> [Problem statement]: Give the number of lines in the records below that include "BuildSketch". Reply with that number alone.

> [Records provided]:
════════════════════

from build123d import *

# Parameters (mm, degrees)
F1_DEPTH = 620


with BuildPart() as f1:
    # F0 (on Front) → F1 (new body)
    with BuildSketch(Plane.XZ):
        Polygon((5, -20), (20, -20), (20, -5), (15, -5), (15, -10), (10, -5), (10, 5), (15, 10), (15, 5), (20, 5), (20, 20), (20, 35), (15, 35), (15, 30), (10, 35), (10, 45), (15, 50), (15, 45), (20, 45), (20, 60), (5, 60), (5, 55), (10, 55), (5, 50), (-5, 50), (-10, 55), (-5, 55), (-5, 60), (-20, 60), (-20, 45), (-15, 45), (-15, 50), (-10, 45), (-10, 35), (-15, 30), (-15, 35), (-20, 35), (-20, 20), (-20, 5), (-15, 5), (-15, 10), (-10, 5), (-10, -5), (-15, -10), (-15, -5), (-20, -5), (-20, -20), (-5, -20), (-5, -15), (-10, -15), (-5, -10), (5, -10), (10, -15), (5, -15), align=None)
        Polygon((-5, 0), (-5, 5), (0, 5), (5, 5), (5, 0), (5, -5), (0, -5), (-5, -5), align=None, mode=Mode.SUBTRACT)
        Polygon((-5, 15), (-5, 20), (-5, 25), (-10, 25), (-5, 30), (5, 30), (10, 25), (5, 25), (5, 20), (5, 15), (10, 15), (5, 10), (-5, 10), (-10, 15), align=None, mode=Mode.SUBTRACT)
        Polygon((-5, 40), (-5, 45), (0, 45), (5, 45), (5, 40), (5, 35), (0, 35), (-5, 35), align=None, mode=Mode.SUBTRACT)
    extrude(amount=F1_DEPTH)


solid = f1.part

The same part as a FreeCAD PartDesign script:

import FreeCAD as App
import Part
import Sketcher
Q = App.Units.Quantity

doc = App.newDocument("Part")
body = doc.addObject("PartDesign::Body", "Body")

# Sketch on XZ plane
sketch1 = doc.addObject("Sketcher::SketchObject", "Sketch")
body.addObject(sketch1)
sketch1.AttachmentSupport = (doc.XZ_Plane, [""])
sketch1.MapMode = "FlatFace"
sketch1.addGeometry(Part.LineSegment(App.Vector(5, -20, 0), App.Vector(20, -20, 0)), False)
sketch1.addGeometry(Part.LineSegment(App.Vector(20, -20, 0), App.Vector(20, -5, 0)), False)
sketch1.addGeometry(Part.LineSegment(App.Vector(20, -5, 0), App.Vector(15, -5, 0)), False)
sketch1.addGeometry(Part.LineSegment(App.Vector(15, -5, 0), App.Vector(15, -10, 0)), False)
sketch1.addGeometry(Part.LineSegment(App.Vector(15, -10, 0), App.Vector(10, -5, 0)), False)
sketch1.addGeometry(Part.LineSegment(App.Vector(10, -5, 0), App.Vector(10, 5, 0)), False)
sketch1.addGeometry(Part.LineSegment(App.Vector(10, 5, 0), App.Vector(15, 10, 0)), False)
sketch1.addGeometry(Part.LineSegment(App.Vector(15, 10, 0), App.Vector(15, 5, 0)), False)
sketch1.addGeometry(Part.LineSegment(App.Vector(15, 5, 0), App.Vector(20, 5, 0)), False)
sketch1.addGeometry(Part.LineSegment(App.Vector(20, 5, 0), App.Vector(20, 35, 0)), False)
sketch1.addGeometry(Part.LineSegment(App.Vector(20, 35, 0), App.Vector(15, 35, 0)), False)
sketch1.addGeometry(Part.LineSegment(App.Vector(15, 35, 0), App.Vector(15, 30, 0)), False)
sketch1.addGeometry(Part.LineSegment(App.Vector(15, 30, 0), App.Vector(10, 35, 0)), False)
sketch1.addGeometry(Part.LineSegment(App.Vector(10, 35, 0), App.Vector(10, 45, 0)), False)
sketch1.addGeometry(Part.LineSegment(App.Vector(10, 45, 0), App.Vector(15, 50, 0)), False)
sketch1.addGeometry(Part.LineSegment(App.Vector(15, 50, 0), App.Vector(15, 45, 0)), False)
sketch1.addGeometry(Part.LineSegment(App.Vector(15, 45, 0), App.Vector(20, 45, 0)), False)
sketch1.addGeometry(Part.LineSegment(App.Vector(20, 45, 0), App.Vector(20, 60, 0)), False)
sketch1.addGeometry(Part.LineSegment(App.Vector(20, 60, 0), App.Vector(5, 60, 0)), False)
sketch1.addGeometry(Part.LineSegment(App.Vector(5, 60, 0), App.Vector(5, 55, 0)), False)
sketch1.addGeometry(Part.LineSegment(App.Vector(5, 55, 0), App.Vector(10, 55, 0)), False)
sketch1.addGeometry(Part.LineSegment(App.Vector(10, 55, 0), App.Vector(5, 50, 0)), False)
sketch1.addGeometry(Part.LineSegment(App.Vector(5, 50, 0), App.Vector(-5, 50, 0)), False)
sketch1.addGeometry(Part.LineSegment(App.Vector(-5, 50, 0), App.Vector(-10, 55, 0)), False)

════════════════════

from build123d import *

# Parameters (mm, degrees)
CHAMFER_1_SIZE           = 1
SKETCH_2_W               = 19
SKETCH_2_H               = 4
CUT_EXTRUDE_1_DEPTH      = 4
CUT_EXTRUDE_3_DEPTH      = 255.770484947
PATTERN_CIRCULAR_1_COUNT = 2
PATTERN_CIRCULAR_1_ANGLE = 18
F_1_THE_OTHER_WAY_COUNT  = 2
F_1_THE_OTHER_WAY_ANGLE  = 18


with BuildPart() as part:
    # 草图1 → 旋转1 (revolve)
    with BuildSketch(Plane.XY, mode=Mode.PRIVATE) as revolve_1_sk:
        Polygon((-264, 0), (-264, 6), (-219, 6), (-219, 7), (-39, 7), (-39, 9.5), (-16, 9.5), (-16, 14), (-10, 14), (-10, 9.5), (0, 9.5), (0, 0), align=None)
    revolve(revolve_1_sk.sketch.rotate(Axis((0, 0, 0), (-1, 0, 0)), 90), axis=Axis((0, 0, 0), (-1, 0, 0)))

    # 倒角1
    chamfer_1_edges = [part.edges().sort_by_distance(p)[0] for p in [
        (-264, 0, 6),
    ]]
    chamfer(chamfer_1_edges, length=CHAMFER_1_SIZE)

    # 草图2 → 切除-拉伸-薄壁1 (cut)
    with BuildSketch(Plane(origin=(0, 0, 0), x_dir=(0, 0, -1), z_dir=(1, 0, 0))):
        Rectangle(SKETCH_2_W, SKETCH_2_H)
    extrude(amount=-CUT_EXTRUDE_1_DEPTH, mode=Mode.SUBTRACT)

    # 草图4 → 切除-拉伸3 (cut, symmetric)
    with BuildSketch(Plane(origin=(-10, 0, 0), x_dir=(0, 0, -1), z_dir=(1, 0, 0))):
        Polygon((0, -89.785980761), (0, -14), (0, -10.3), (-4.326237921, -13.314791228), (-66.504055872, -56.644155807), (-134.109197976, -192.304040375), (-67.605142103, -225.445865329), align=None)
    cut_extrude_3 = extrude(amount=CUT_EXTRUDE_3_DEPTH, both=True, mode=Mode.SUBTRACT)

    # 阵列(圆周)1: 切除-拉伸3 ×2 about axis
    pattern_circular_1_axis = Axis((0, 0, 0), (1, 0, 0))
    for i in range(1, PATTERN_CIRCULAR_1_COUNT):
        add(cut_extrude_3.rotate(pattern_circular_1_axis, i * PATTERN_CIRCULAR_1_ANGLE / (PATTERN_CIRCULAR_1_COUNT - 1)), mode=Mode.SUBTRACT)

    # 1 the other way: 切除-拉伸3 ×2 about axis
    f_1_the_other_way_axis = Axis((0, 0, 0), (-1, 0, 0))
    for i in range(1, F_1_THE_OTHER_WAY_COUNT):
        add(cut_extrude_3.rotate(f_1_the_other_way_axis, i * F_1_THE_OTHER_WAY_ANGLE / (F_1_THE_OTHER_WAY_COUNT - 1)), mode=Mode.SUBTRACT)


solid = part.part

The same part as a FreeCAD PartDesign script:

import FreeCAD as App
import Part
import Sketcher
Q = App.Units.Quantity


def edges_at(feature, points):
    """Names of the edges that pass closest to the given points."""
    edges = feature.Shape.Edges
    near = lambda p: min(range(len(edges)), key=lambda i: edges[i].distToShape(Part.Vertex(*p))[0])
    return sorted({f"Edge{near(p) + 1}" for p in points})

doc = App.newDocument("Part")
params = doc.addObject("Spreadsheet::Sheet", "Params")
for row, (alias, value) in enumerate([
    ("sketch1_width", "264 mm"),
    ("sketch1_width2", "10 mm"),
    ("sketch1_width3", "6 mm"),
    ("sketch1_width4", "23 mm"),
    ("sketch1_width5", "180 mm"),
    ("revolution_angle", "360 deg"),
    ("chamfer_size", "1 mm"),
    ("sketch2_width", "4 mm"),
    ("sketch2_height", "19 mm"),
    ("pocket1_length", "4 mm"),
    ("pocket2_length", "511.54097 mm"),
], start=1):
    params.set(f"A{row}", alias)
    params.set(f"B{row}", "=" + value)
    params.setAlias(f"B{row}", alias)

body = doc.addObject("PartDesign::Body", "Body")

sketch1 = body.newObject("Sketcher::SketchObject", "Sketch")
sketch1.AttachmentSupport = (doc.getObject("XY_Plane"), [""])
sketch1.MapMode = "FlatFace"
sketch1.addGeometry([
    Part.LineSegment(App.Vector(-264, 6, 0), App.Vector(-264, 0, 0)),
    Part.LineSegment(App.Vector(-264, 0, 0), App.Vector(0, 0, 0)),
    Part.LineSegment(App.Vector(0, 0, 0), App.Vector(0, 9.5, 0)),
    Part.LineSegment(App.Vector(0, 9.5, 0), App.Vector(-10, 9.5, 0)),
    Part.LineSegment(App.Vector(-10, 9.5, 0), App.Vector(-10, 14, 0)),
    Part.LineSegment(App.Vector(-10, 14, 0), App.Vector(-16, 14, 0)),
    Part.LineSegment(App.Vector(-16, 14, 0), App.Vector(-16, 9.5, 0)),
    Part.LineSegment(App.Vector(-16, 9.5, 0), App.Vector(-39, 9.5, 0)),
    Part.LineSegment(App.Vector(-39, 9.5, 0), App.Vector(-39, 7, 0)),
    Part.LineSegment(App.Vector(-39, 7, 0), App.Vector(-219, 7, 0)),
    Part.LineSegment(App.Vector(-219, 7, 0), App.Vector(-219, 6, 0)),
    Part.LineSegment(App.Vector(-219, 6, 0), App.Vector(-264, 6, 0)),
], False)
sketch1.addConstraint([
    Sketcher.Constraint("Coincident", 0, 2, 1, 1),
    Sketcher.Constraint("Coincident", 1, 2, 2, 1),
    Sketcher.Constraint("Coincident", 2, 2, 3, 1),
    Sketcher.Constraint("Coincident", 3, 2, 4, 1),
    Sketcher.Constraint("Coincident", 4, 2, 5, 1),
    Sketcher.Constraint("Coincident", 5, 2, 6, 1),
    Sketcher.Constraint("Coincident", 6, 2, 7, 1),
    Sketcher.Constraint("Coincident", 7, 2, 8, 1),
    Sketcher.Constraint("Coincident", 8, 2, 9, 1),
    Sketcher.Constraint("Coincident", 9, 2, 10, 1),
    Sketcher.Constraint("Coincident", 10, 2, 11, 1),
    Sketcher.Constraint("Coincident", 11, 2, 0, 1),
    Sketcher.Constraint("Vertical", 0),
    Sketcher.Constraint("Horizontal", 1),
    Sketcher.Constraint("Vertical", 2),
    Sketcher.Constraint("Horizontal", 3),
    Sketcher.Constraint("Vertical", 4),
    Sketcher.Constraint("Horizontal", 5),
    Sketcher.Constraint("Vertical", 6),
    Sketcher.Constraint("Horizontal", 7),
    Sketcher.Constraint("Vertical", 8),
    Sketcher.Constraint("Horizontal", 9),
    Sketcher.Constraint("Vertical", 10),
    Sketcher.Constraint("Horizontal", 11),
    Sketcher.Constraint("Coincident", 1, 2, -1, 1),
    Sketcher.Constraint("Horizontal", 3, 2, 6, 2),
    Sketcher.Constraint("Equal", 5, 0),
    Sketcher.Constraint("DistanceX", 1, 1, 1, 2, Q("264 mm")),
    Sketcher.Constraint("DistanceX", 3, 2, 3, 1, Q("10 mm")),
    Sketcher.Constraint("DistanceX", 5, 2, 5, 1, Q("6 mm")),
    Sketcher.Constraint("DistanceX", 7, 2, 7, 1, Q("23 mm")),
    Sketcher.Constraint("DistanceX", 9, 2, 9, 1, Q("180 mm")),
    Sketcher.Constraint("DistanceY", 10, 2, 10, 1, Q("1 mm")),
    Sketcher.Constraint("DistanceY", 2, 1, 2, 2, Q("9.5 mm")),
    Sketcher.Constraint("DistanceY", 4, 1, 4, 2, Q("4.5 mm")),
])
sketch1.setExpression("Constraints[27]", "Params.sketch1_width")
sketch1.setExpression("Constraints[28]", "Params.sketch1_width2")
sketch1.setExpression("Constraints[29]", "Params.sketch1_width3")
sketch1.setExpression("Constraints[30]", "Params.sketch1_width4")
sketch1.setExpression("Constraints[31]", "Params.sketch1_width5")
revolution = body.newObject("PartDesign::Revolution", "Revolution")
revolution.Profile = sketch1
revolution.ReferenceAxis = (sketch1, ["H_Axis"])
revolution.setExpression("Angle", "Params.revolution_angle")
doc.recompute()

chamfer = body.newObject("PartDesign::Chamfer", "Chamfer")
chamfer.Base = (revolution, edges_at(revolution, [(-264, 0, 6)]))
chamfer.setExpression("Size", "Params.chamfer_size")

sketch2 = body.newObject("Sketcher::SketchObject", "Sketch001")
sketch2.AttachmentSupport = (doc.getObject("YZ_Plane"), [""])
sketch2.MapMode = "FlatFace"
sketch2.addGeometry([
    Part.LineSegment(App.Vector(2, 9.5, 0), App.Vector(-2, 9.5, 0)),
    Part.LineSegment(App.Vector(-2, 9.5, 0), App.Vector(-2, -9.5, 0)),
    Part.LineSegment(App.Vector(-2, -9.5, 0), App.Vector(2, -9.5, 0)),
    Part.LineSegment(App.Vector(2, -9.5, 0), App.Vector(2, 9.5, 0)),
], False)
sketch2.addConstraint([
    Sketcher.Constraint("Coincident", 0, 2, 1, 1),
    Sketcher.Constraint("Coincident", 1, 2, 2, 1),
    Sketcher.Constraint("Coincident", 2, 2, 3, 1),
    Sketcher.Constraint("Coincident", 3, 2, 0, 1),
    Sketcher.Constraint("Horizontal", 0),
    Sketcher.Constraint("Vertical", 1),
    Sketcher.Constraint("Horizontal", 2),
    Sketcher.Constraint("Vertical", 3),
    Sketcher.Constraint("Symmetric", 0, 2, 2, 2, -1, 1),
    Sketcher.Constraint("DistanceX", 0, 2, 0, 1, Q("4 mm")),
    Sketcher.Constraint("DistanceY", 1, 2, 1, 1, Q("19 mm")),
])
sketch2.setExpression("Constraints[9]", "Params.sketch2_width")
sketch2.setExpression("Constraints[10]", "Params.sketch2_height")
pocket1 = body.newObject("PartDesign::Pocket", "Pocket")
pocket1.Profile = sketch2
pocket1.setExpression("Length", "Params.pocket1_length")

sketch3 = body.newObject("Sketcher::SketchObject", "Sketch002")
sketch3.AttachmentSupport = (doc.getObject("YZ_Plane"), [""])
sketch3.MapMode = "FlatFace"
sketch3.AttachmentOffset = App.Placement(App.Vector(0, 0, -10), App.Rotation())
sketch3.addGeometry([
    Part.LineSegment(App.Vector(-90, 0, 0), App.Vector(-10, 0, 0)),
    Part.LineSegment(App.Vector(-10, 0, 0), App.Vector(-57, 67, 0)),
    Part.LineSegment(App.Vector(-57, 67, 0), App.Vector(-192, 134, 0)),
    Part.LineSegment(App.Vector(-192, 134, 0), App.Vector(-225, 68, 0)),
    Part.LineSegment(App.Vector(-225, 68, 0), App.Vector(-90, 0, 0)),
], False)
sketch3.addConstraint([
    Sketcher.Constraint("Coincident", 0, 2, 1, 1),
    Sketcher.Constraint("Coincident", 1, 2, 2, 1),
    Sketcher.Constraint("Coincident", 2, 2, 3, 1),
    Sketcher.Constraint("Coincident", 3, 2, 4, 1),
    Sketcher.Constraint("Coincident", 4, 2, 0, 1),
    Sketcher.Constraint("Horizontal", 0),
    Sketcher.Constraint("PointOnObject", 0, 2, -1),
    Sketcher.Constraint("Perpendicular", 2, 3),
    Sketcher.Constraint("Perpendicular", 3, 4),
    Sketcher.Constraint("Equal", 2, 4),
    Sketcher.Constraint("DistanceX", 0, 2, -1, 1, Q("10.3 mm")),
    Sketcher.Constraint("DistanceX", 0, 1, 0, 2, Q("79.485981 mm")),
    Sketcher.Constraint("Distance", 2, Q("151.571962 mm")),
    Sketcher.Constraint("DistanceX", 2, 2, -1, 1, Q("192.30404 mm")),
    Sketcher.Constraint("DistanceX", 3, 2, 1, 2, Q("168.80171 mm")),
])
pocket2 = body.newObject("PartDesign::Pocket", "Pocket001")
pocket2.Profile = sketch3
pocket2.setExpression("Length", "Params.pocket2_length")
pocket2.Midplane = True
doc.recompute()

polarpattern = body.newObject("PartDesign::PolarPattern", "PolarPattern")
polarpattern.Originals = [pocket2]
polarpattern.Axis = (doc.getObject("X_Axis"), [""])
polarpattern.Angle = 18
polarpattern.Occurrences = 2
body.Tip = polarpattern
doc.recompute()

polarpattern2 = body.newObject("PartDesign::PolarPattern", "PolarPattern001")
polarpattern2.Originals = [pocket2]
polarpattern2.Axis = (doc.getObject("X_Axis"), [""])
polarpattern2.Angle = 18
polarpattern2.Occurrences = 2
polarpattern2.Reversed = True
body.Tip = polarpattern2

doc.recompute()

════════════════════

> [Exercise solution]: 4